Она встает и делает полный оборот, медленно и грациозно, как балерина из музыкальной шкатулки, прежде чем шагнуть ко мне.
— Я сама их подстригла. Как это выглядит?
— Это твои волосы, Теодора. Как они могут быть не красивыми? — Мой слишком хриплый голос затихает в горле.
И тогда я делаю то, что делают святые, когда видят своих ангелов. Я падаю на колени у ее ног и плачу.
Глава 47
Длина вытянутой руки
Теодора
Когда я противостояла отцу и убегала от него, мне было страшнее всего на свете, но видеть, как Закари Блэквуд падает на колени со слезами, текущими по его лицу, — самое печальное, что я когда-либо испытывала.
За последние недели у меня было достаточно времени, чтобы разобраться в своих чувствах к нему.
Желание, привязанность, восхищение, любовь, обида, предательство, ненависть. Весь спектр любви и ненависти и всех эмоций между ними. Именно ненависть позволила мне держаться от него подальше, не бежать к нему за помощью и утешением, когда я только этого и хотела.
И все же сейчас, глядя на боль, вытравленную на его прекрасном лице, которое становится еще прекраснее от жалкого отчаяния, искажающего его, моя ненависть вытекает из меня, как яд, высасываемый из кровотока.
Взяв его подбородок в руку, я поднимаю его лицо к себе. Он поднимает взгляд, в его глазах безмолвная мольба. Слезы текут по гладким коричневым щекам. Я вытираю их пальцами.
— Почему ты плачешь? — спрашиваю я его.
— Потому что. — Его голос густой и сырой. — Потому что я был так чертовски напуган. И потому что я скучал по тебе, и потому что я думал, что тебя больше нет, и потому что… потому что я так зол на тебя.
— Злишься? На меня? На себя?
— Я… да, я. Злюсь на тебя, да. На тебя, Теодора Дорохова, жестокая богиня, которой ты являешься. Знаешь ли ты, через какую гребаную боль ты меня заставила пройти?
Я сжимаю его челюсть в своей руке. — А как насчет боли, через которую ты заставил меня пройти?
— Я бы отрезал себе руку, прежде чем использовать ее для причинения тебе боли.
— А как насчет твоего языка?
Я смотрю на него сверху вниз. В его глазах все еще блестят слезы, когда он хмурится. Затем его ищущий взгляд сменяется внезапным осознанием.
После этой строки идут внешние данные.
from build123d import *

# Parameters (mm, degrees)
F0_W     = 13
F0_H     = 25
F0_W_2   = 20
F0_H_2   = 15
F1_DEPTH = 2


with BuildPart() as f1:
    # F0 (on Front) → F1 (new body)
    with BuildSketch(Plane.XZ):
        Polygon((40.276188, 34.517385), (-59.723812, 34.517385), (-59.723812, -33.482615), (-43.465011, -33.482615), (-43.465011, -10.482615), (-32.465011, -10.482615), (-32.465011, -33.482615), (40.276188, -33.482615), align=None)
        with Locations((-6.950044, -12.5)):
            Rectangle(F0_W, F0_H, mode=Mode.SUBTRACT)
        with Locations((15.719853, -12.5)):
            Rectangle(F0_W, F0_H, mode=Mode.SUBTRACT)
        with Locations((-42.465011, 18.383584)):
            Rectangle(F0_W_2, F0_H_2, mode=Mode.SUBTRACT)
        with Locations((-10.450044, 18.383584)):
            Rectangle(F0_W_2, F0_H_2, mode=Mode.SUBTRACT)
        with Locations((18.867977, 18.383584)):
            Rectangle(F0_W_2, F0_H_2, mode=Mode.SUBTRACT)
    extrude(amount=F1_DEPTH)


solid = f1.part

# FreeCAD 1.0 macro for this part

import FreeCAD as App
import Part
import Sketcher
Q = App.Units.Quantity

doc = App.newDocument("Part")
body = doc.addObject("PartDesign::Body", "Body")

# Sketch on XZ plane
sketch1 = body.newObject("Sketcher::SketchObject", "Sketch")
sketch1.AttachmentSupport = (doc.getObject("XZ_Plane"), [""])
sketch1.MapMode = "FlatFace"
sketch1.addGeometry([
    Part.LineSegment(App.Vector(40.276188, 34.517385, 0), App.Vector(-59.723812, 34.517385, 0)),  # 0
    Part.LineSegment(App.Vector(-59.723812, 34.517385, 0), App.Vector(-59.723812, -33.482615, 0)),  # 1
    Part.LineSegment(App.Vector(-59.723812, -33.482615, 0), App.Vector(-43.465011, -33.482615, 0)),  # 2
    Part.LineSegment(App.Vector(-43.465011, -33.482615, 0), App.Vector(-43.465011, -10.482615, 0)),  # 3
    Part.LineSegment(App.Vector(-43.465011, -10.482615, 0), App.Vector(-32.465011, -10.482615, 0)),  # 4
    Part.LineSegment(App.Vector(-32.465011, -10.482615, 0), App.Vector(-32.465011, -33.482615, 0)),  # 5
    Part.LineSegment(App.Vector(-32.465011, -33.482615, 0), App.Vector(40.276188, -33.482615, 0)),  # 6
    Part.LineSegment(App.Vector(40.276188, -33.482615, 0), App.Vector(40.276188, 34.517385, 0)),  # 7
    Part.LineSegment(App.Vector(-0.450044, -25, 0), App.Vector(-13.450044, -25, 0)),  # 8
    Part.LineSegment(App.Vector(-13.450044, -25, 0), App.Vector(-13.450044, 0, 0)),  # 9
    Part.LineSegment(App.Vector(-13.450044, 0, 0), App.Vector(-0.450044, 0, 0)),  # 10
    Part.LineSegment(App.Vector(-0.450044, 0, 0), App.Vector(-0.450044, -25, 0)),  # 11
    Part.LineSegment(App.Vector(22.219853, -25, 0), App.Vector(9.219853, -25, 0)),  # 12
    Part.LineSegment(App.Vector(9.219853, -25, 0), App.Vector(9.219853, 0, 0)),  # 13
    Part.LineSegment(App.Vector(9.219853, 0, 0), App.Vector(22.219853, 0, 0)),  # 14
    Part.LineSegment(App.Vector(22.219853, 0, 0), App.Vector(22.219853, -25, 0)),  # 15
    Part.LineSegment(App.Vector(-32.465011, 10.883584, 0), App.Vector(-52.465011, 10.883584, 0)),  # 16
    Part.LineSegment(App.Vector(-52.465011, 10.883584, 0), App.Vector(-52.465011, 25.883584, 0)),  # 17
    Part.LineSegment(App.Vector(-52.465011, 25.883584, 0), App.Vector(-32.465011, 25.883584, 0)),  # 18
    Part.LineSegment(App.Vector(-32.465011, 25.883584, 0), App.Vector(-32.465011, 10.883584, 0)),  # 19
    Part.LineSegment(App.Vector(-0.450044, 10.883584, 0), App.Vector(-20.450044, 10.883584, 0)),  # 20
    Part.LineSegment(App.Vector(-20.450044, 10.883584, 0), App.Vector(-20.450044, 25.883584, 0)),  # 21
    Part.LineSegment(App.Vector(-20.450044, 25.883584, 0), App.Vector(-0.450044, 25.883584, 0)),  # 22
    Part.LineSegment(App.Vector(-0.450044, 25.883584, 0), App.Vector(-0.450044, 10.883584, 0)),  # 23
    Part.LineSegment(App.Vector(28.867977, 10.883584, 0), App.Vector(8.867977, 10.883584, 0)),  # 24
    Part.LineSegment(App.Vector(8.867977, 10.883584, 0), App.Vector(8.867977, 25.883584, 0)),  # 25
    Part.LineSegment(App.Vector(8.867977, 25.883584, 0), App.Vector(28.867977, 25.883584, 0)),  # 26
    Part.LineSegment(App.Vector(28.867977, 25.883584, 0), App.Vector(28.867977, 10.883584, 0)),  # 27
], False)
sketch1.addConstraint([
    Sketcher.Constraint("Coincident", 0, 2, 1, 1),
    Sketcher.Constraint("Coincident", 1, 2, 2, 1),
    Sketcher.Constraint("Coincident", 2, 2, 3, 1),
    Sketcher.Constraint("Coincident", 3, 2, 4, 1),
    Sketcher.Constraint("Coincident", 4, 2, 5, 1),
    Sketcher.Constraint("Coincident", 5, 2, 6, 1),
    Sketcher.Constraint("Coincident", 6, 2, 7, 1),
    Sketcher.Constraint("Coincident", 7, 2, 0, 1),
    Sketcher.Constraint("Coincident", 8, 2, 9, 1),
    Sketcher.Constraint("Coincident", 9, 2, 10, 1),
    Sketcher.Constraint("Coincident", 10, 2, 11, 1),
    Sketcher.Constraint("Coincident", 11, 2, 8, 1),
    Sketcher.Constraint("Coincident", 12, 2, 13, 1),
    Sketcher.Constraint("Coincident", 13, 2, 14, 1),
    Sketcher.Constraint("Coincident", 14, 2, 15, 1),
    Sketcher.Constraint("Coincident", 15, 2, 12, 1),
    Sketcher.Constraint("Coincident", 16, 2, 17, 1),
    Sketcher.Constraint("Coincident", 17, 2, 18, 1),
    Sketcher.Constraint("Coincident", 18, 2, 19, 1),
    Sketcher.Constraint("Coincident", 19, 2, 16, 1),
    Sketcher.Constraint("Coincident", 20, 2, 21, 1),
    Sketcher.Constraint("Coincident", 21, 2, 22, 1),
    Sketcher.Constraint("Coincident", 22, 2, 23, 1),
    Sketcher.Constraint("Coincident", 23, 2, 20, 1),
    Sketcher.Constraint("Coincident", 24, 2, 25, 1),
    Sketcher.Constraint("Coincident", 25, 2, 26, 1),
    Sketcher.Constraint("Coincident", 26, 2, 27, 1),
    Sketcher.Constraint("Coincident", 27, 2, 24, 1),
    Sketcher.Constraint("Horizontal", 0),
    Sketcher.Constraint("Vertical", 1),
    Sketcher.Constraint("Horizontal", 2),
    Sketcher.Constraint("Vertical", 3),
    Sketcher.Constraint("Horizontal", 4),
    Sketcher.Constraint("Vertical", 5),
    Sketcher.Constraint("Horizontal", 6),
    Sketcher.Constraint("Vertical", 7),
    Sketcher.Constraint("Horizontal", 8),
    Sketcher.Constraint("Vertical", 9),
    Sketcher.Constraint("Horizontal", 10),
    Sketcher.Constraint("Vertical", 11),
    Sketcher.Constraint("Horizontal", 12),
    Sketcher.Constraint("Vertical", 13),
    Sketcher.Constraint("Horizontal", 14),
    Sketcher.Constraint("Vertical", 15),
    Sketcher.Constraint("Horizontal", 16),
    Sketcher.Constraint("Vertical", 17),
    Sketcher.Constraint("Horizontal", 18),
    Sketcher.Constraint("Vertical", 19),
    Sketcher.Constraint("Horizontal", 20),
    Sketcher.Constraint("Vertical", 21),
    Sketcher.Constraint("Horizontal", 22),
    Sketcher.Constraint("Vertical", 23),
    Sketcher.Constraint("Horizontal", 24),
    Sketcher.Constraint("Vertical", 25),
    Sketcher.Constraint("Horizontal", 26),
    Sketcher.Constraint("Vertical", 27),
    Sketcher.Constraint("PointOnObject", 9, 2, -1),
    Sketcher.Constraint("PointOnObject", 13, 2, -1),
    Sketcher.Constraint("Horizontal", 2, 2, 5, 2),
    Sketcher.Constraint("Horizontal", 11, 2, 12, 2),
    Sketcher.Constraint("Horizontal", 19, 2, 20, 2),
    Sketcher.Constraint("Horizontal", 18, 2, 21, 2),
    Sketcher.Constraint("Horizontal", 23, 2, 24, 2),
    Sketcher.Constraint("Horizontal", 22, 2, 25, 2),
    Sketcher.Constraint("Vertical", 5, 2, 18, 2),
    Sketcher.Constraint("Vertical", 11, 2, 22, 2),
    Sketcher.Constraint("Equal", 10, 12),
    Sketcher.Constraint("Equal", 18, 20),
    Sketcher.Constraint("Equal", 22, 24),
    Sketcher.Constraint("DistanceX", 0, 2, 0, 1, Q("100 mm")),
    Sketcher.Constraint("DistanceX", 4, 1, 4, 2, Q("11 mm")),
    Sketcher.Constraint("DistanceX", 8, 2, 8, 1, Q("13 mm")),
    Sketcher.Constraint("DistanceX", 16, 2, 16, 1, Q("20 mm")),
    Sketcher.Constraint("DistanceY", 1, 2, 1, 1, Q("68 mm")),
    Sketcher.Constraint("DistanceY", 3, 1, 3, 2, Q("23 mm")),
    Sketcher.Constraint("DistanceY", 9, 1, 9, 2, Q("25 mm")),
    Sketcher.Constraint("DistanceY", 17, 1, 17, 2, Q("15 mm")),
    Sketcher.Constraint("DistanceX", 2, 1, 2, 2, Q("16.258801 mm")),
    Sketcher.Constraint("DistanceY", 3, 2, 16, 2, Q("21.366199 mm")),
    Sketcher.Constraint("DistanceX", 2, 2, -1, 1, Q("43.465011 mm")),
    Sketcher.Constraint("DistanceX", 1, 2, 8, 2, Q("46.273768 mm")),
    Sketcher.Constraint("DistanceX", 23, 2, 24, 2, Q("9.318021 mm")),
    Sketcher.Constraint("DistanceY", -1, 1, 0, 2, Q("34.517385 mm")),
    Sketcher.Constraint("DistanceX", -1, 1, 12, 2, Q("9.219853 mm")),
])
pad1 = body.newObject("PartDesign::Pad", "Pad")
pad1.Profile = sketch1
pad1.Length = 2

doc.recompute()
— Ты думаешь, это моя вина. Ты думаешь, я рассказал твоему отцу о нас.
— Нет, не думаю. — Мои пальцы сжимаются вокруг его челюсти. Он такой красивый, и я так его обожаю, но часть меня хочет причинить ему боль. — Я думаю, ты рассказал кому-то, кто отнес эту информацию моему отцу, прямо или косвенно. Я так не думаю — я так знаю.